If they do take good care of running their plans, it’s a clear win-win. Neither plans nor participants really want to be spending time and money and effort dragging each other into court over this stuff. Participants just want to get what they have been promised and what they feel they are owed. Of course, there are exceptions here, and that is especially unfortunate in the current content, but that’s not the way things generally go.

NEXT:  A few more thoughts 

PA: Are there other elements of this decision to consider, especially for DB and DC plans?

NR: Yes, certainly there are other implications in this case. Perhaps the most important, in skimming the opinion, you would naturally think that the court is protecting the participant here, but in many respects they’re also supplying protection to plans by keeping a narrow definition of equitable relief under ERISA.

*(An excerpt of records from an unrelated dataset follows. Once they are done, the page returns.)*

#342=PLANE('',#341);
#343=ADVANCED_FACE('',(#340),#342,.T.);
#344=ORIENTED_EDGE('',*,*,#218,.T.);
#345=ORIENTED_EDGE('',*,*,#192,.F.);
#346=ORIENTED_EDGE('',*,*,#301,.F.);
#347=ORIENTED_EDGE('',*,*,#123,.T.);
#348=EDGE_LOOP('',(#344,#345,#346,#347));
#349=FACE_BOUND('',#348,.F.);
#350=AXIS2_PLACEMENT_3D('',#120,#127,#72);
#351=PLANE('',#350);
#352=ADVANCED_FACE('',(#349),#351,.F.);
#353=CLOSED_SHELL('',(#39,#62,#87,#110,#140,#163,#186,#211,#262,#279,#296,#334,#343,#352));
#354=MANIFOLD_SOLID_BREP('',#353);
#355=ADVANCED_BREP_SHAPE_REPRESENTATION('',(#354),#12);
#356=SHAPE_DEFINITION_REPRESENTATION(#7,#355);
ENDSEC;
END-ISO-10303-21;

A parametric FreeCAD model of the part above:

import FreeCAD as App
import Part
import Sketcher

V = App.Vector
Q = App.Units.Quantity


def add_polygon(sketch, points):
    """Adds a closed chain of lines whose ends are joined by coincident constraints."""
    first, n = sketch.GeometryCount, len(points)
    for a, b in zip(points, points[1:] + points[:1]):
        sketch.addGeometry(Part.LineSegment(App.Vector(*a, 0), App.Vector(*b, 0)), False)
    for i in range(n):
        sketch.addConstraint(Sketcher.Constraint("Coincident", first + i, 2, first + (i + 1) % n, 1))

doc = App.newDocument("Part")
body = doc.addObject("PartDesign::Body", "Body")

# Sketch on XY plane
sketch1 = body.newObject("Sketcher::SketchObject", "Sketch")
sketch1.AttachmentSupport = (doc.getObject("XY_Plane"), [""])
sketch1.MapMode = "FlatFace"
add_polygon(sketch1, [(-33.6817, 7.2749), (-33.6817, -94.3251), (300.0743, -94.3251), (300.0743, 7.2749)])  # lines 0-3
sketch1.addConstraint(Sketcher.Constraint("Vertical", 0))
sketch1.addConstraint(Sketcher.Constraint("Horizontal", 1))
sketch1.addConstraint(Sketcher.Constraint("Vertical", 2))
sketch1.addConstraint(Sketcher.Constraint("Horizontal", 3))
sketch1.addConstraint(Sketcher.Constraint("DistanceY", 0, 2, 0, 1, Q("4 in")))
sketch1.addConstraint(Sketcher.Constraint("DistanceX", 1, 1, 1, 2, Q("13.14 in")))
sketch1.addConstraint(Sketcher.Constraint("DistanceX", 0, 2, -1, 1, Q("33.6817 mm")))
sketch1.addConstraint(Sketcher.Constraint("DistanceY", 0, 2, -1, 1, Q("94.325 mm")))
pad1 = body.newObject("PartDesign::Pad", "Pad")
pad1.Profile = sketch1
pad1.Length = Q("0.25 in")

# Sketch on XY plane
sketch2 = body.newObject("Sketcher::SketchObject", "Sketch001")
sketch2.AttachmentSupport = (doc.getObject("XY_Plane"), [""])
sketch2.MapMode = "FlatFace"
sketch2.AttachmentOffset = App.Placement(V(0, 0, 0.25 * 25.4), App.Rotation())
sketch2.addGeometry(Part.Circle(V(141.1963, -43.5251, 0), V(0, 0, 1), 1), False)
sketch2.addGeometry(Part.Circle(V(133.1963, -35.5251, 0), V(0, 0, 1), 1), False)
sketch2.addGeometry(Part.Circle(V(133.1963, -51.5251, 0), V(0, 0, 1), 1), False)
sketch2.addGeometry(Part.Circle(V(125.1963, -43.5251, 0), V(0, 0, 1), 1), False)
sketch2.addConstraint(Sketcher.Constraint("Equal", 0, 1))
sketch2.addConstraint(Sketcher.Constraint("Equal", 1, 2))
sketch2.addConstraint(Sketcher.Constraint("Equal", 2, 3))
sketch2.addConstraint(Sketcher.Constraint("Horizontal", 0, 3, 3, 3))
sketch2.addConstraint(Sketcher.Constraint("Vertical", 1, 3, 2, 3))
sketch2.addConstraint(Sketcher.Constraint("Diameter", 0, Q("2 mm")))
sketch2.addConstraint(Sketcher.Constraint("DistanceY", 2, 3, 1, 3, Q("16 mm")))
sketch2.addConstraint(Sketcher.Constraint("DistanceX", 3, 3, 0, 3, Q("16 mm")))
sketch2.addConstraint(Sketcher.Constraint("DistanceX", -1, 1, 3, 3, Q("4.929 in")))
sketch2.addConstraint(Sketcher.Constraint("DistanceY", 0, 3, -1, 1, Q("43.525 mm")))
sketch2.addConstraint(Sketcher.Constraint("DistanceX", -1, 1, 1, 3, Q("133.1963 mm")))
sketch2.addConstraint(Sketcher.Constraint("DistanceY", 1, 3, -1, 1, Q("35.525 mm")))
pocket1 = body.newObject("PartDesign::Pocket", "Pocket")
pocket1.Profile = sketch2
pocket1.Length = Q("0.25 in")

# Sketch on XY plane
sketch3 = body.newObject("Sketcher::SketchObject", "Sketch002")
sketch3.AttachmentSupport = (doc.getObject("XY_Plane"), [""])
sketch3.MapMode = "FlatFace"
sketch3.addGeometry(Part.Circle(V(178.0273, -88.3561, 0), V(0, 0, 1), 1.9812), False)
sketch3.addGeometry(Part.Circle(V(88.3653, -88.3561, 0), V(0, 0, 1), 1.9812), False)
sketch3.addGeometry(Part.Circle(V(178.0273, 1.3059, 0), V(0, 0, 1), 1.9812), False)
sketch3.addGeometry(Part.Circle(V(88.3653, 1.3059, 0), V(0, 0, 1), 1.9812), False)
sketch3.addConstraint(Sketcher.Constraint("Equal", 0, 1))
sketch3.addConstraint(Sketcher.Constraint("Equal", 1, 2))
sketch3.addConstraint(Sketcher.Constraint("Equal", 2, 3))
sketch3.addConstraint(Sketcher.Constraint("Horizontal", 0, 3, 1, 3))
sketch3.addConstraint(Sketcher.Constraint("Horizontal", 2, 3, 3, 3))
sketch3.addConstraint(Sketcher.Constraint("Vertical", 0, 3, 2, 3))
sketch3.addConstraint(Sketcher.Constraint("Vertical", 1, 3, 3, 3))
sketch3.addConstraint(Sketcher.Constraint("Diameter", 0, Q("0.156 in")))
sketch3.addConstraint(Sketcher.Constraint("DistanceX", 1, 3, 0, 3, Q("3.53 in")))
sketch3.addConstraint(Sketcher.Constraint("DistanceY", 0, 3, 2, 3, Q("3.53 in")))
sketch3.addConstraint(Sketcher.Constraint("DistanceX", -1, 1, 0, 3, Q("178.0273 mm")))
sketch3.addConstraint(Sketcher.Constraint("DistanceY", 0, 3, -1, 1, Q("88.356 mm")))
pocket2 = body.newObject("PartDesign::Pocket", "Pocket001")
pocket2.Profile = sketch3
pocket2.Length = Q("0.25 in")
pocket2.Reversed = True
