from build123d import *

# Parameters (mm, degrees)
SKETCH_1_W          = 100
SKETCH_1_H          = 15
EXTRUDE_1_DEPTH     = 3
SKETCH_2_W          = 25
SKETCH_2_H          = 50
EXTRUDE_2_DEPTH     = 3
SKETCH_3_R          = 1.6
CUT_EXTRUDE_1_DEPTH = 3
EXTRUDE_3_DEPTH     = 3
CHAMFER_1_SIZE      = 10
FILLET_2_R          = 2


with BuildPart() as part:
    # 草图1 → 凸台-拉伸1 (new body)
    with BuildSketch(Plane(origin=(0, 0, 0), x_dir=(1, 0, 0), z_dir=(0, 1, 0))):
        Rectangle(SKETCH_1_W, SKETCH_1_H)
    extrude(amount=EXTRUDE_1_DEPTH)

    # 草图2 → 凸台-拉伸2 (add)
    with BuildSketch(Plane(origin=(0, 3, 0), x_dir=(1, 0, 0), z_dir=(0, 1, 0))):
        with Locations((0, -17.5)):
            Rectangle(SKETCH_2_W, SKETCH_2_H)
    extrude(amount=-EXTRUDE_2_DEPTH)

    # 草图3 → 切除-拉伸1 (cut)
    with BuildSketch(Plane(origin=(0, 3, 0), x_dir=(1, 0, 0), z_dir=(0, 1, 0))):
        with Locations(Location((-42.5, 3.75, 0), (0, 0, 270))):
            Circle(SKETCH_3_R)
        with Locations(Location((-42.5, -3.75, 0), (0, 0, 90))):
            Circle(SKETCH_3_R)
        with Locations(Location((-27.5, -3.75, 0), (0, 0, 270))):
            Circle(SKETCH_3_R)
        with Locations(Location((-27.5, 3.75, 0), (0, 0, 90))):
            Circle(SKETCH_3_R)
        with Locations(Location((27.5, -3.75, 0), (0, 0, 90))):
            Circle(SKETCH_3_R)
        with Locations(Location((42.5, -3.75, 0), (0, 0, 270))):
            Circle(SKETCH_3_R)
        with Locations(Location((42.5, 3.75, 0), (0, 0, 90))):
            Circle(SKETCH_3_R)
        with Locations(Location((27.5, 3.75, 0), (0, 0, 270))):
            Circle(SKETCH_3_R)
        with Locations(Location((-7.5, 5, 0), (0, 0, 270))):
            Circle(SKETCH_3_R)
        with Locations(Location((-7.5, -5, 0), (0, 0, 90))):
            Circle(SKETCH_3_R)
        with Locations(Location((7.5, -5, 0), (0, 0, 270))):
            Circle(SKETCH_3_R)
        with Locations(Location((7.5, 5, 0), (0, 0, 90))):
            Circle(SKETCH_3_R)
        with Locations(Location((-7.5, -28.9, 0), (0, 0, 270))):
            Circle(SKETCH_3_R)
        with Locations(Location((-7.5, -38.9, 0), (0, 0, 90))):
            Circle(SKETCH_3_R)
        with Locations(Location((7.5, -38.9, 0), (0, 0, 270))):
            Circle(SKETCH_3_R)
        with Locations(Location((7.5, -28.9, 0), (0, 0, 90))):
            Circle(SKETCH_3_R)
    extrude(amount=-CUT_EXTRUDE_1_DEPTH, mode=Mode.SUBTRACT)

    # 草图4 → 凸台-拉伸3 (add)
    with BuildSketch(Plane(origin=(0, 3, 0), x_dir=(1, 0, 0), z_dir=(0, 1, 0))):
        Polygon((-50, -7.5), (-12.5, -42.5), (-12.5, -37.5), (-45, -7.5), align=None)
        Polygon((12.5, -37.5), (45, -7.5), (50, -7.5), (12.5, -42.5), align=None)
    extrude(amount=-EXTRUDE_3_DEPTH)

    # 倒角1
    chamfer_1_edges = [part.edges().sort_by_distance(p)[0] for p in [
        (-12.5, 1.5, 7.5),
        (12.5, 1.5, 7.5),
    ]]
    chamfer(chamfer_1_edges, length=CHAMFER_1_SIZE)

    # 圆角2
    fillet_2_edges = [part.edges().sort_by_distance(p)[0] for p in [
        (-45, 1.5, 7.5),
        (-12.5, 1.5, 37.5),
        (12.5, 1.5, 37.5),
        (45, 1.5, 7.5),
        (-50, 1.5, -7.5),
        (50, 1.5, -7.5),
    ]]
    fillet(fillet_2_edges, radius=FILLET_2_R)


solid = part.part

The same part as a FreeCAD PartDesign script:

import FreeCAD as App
import Part
import Sketcher
Q = App.Units.Quantity


def edges_at(feature, points):
    """Names of the edges that pass closest to the given points."""
    edges = feature.Shape.Edges
    near = lambda p: min(range(len(edges)), key=lambda i: edges[i].distToShape(Part.Vertex(*p))[0])
    return sorted({f"Edge{near(p) + 1}" for p in points})


def add_polygon(sketch, points):
    """Adds a closed chain of lines whose ends are joined by coincident constraints."""
    first, n = sketch.GeometryCount, len(points)
    for a, b in zip(points, points[1:] + points[:1]):
        sketch.addGeometry(Part.LineSegment(App.Vector(*a, 0), App.Vector(*b, 0)), False)
    for i in range(n):
        sketch.addConstraint(Sketcher.Constraint("Coincident", first + i, 2, first + (i + 1) % n, 1))

doc = App.newDocument("Part")
body = doc.addObject("PartDesign::Body", "Body")

sketch1 = body.newObject("Sketcher::SketchObject", "Sketch")
sketch1.AttachmentSupport = (doc.getObject("XZ_Plane"), [""])
sketch1.MapMode = "FlatFace"
add_polygon(sketch1, [(-50, -8), (-50, 8), (50, 8), (50, -8)])
sketch1.addConstraint([
    Sketcher.Constraint("Vertical", 0),
    Sketcher.Constraint("Horizontal", 1),
    Sketcher.Constraint("Vertical", 2),
    Sketcher.Constraint("Horizontal", 3),
    Sketcher.Constraint("Symmetric", 0, 2, 2, 2, -1, 1),
    Sketcher.Constraint("DistanceX", 1, 1, 1, 2, Q("100 mm")),
    Sketcher.Constraint("DistanceY", 0, 1, 0, 2, Q("15 mm")),
])
pad1 = body.newObject("PartDesign::Pad", "Pad")
pad1.Profile = sketch1
pad1.Length = 3
pad1.Reversed = True

sketch2 = body.newObject("Sketcher::SketchObject", "Sketch001")
sketch2.AttachmentSupport = (doc.getObject("XZ_Plane"), [""])
sketch2.MapMode = "FlatFace"
sketch2.AttachmentOffset = App.Placement(App.Vector(0, 0, -3), App.Rotation())
add_polygon(sketch2, [(-12, -8), (-12, 42), (12, 42), (12, -8)])
sketch2.addConstraint([
    Sketcher.Constraint("Vertical", 0),
    Sketcher.Constraint("Horizontal", 1),
    Sketcher.Constraint("Vertical", 2),
    Sketcher.Constraint("Horizontal", 3),
    Sketcher.Constraint("DistanceX", 1, 1, 1, 2, Q("25 mm")),
    Sketcher.Constraint("DistanceY", 0, 1, 0, 2, Q("50 mm")),
    Sketcher.Constraint("DistanceX", 0, 2, -1, 1, Q("12.5 mm")),
    Sketcher.Constraint("DistanceY", -1, 1, 0, 2, Q("42.5 mm")),
])
pad2 = body.newObject("PartDesign::Pad", "Pad001")
pad2.Profile = sketch2
pad2.Length = 3

sketch3 = body.newObject("Sketcher::SketchObject", "Sketch002")
sketch3.AttachmentSupport = (doc.getObject("XZ_Plane"), [""])
sketch3.MapMode = "FlatFace"
sketch3.AttachmentOffset = App.Placement(App.Vector(0, 0, -3), App.Rotation())
sketch3.addGeometry([
    Part.Circle(App.Vector(-42.5, -3.8, 0), App.Vector(0, 0, 1), 1.6),
    Part.Circle(App.Vector(-42.5, 3.8, 0), App.Vector(0, 0, 1), 1.6),
    Part.Circle(App.Vector(-27.5, 3.8, 0), App.Vector(0, 0, 1), 1.6),
    Part.Circle(App.Vector(-27.5, -3.8, 0), App.Vector(0, 0, 1), 1.6),
    Part.Circle(App.Vector(27.5, 3.8, 0), App.Vector(0, 0, 1), 1.6),
    Part.Circle(App.Vector(42.5, 3.8, 0), App.Vector(0, 0, 1), 1.6),
    Part.Circle(App.Vector(42.5, -3.8, 0), App.Vector(0, 0, 1), 1.6),
    Part.Circle(App.Vector(27.5, -3.8, 0), App.Vector(0, 0, 1), 1.6),
    Part.Circle(App.Vector(-7.5, -5, 0), App.Vector(0, 0, 1), 1.6),
    Part.Circle(App.Vector(-7.5, 5, 0), App.Vector(0, 0, 1), 1.6),
    Part.Circle(App.Vector(7.5, 5, 0), App.Vector(0, 0, 1), 1.6),
    Part.Circle(App.Vector(7.5, -5, 0), App.Vector(0, 0, 1), 1.6),
    Part.Circle(App.Vector(-7.5, 28.9, 0), App.Vector(0, 0, 1), 1.6),
    Part.Circle(App.Vector(-7.5, 38.9, 0), App.Vector(0, 0, 1), 1.6),
    Part.Circle(App.Vector(7.5, 38.9, 0), App.Vector(0, 0, 1), 1.6),
    Part.Circle(App.Vector(7.5, 28.9, 0), App.Vector(0, 0, 1), 1.6),
], False)
sketch3.addConstraint([
    Sketcher.Constraint("Equal", 0, 1),
    Sketcher.Constraint("Equal", 1, 2),
    Sketcher.Constraint("Equal", 2, 3),
    Sketcher.Constraint("Equal", 3, 4),
    Sketcher.Constraint("Equal", 4, 5),
    Sketcher.Constraint("Equal", 5, 6),
    Sketcher.Constraint("Equal", 6, 7),
    Sketcher.Constraint("Equal", 7, 8),
    Sketcher.Constraint("Equal", 8, 9),
    Sketcher.Constraint("Equal", 9, 10),
    Sketcher.Constraint("Equal", 10, 11),
    Sketcher.Constraint("Equal", 11, 12),
    Sketcher.Constraint("Equal", 12, 13),
    Sketcher.Constraint("Equal", 13, 14),
    Sketcher.Constraint("Equal", 14, 15),
    Sketcher.Constraint("Symmetric", 3, 3, 4, 3, -1, 1),
    Sketcher.Constraint("Symmetric", 0, 3, 5, 3, -1, 1),
    Sketcher.Constraint("Symmetric", 1, 3, 6, 3, -1, 1),
    Sketcher.Constraint("Symmetric", 2, 3, 7, 3, -1, 1),
    Sketcher.Constraint("Symmetric", 8, 3, 10, 3, -1, 1),
    Sketcher.Constraint("Symmetric", 9, 3, 11, 3, -1, 1),
    Sketcher.Constraint("Symmetric", 2, 3, 4, 3, -2),
    Sketcher.Constraint("Symmetric", 1, 3, 5, 3, -2),
    Sketcher.Constraint("Symmetric", 9, 3, 10, 3, -2),
    Sketcher.Constraint("Symmetric", 13, 3, 14, 3, -2),
    Sketcher.Constraint("Symmetric", 12, 3, 15, 3, -2),
    Sketcher.Constraint("Horizontal", 1, 3, 2, 3),
    Sketcher.Constraint("Vertical", 9, 3, 12, 3),
    Sketcher.Constraint("Vertical", 12, 3, 13, 3),
    Sketcher.Constraint("Diameter", 0, Q("3.2 mm")),
    Sketcher.Constraint("DistanceY", 8, 3, -1, 1, Q("5 mm")),
    Sketcher.Constraint("DistanceX", 1, 3, 2, 3, Q("15 mm")),
    Sketcher.Constraint("DistanceX", 2, 3, 4, 3, Q("55 mm")),
    Sketcher.Constraint("DistanceX", 3, 3, 8, 3, Q("20 mm")),
    Sketcher.Constraint("DistanceY", 12, 3, 13, 3, Q("10 mm")),
    Sketcher.Constraint("DistanceY", -1, 1, 12, 3, Q("28.9 mm")),
    Sketcher.Constraint("DistanceY", 0, 3, 1, 3, Q("7.5 mm")),
])
pocket1 = body.newObject("PartDesign::Pocket", "Pocket")
pocket1.Profile = sketch3
pocket1.Length = 3
pocket1.Reversed = True

sketch4 = body.newObject("Sketcher::SketchObject", "Sketch003")
sketch4.AttachmentSupport = (doc.getObject("XZ_Plane"), [""])
sketch4.MapMode = "FlatFace"
sketch4.AttachmentOffset = App.Placement(App.Vector(0, 0, -3), App.Rotation())
add_polygon(sketch4, [(-50, 8), (-12, 42), (-12, 38), (-45, 8)])
add_polygon(sketch4, [(45, 8), (12, 38), (12, 42), (50, 8)])
sketch4.addConstraint([
    Sketcher.Constraint("Vertical", 1),
    Sketcher.Constraint("Horizontal", 3),
    Sketcher.Constraint("Vertical", 5),
    Sketcher.Constraint("Horizontal", 7),
    Sketcher.Constraint("Symmetric", 1, 2, 4, 2, -2),
    Sketcher.Constraint("Symmetric", 3, 2, 6, 2, -2),
    Sketcher.Constraint("Horizontal", 0, 2, 5, 2),
    Sketcher.Constraint("Equal", 3, 7),
    Sketcher.Constraint("Equal", 7, 1),
    Sketcher.Constraint("DistanceX", 3, 2, 3, 1, Q("5 mm")),
    Sketcher.Constraint("DistanceX", 2, 2, -1, 1, Q("45 mm")),
    Sketcher.Constraint("DistanceY", 2, 2, 1, 2, Q("30 mm")),
    Sketcher.Constraint("DistanceX", 1, 2, 4, 2, Q("25 mm")),
    Sketcher.Constraint("DistanceY", -1, 1, 0, 2, Q("42.5 mm")),
])
pad3 = body.newObject("PartDesign::Pad", "Pad002")
pad3.Profile = sketch4
pad3.Length = 3
doc.recompute()

chamfer = body.newObject("PartDesign::Chamfer", "Chamfer")
chamfer.Base = (pad3, edges_at(pad3, [(-12.5, 1.5, 7.5), (12.5, 1.5, 7.5)]))
chamfer.Size = 10
doc.recompute()

fillet = body.newObject("PartDesign::Fillet", "Fillet")
fillet.Base = (chamfer, edges_at(chamfer, [
    (-45, 1.5, 7.5),
    (-12.5, 1.5, 37.5),
    (12.5, 1.5, 37.5),
    (45, 1.5, 7.5),
    (-50, 1.5, -7.5),
    (50, 1.5, -7.5),
]))
fillet.Radius = 2

doc.recompute()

The decision launches into a very traditional equitable relief versus legal damages analysis. It really seems to take the stance of wanting to prevent people from thinking of ERISA as predominately a tool to file lawsuits and seek damages in the district courts. If you study the actual statues being debated in this case, in 502(a)(2), when it talks about the relief available for breach of fiduciary duty, it includes language that says “and any other equitable or remedial relief the court deems appropriate.” Versus in 502(a)(3), it only says “equitable relief.” So, that is being interpreted to be meaningful. It supports the majority’s view that, when Congress said “equitable” in ERISA, it had a particular legal meaning in mind.

The last thing is, there are big implications here looking across basically all ERISA plans, from health plans to pension to defined contribution plans. Because of the way the court approached its decision, not limiting its analysis to the factual circumstances in which this case arose, you have an opinion that says, if the money is not kept segregated, you simply cannot recover it, even if the money should have remained segregated. 

You don’t have to go very far to find mistakes in plan calculations, whether in a DC or a DB plan. So, this has really big implications for our industry. It will be harder for plans to recoup overpayments. It’s not a narrow opinion.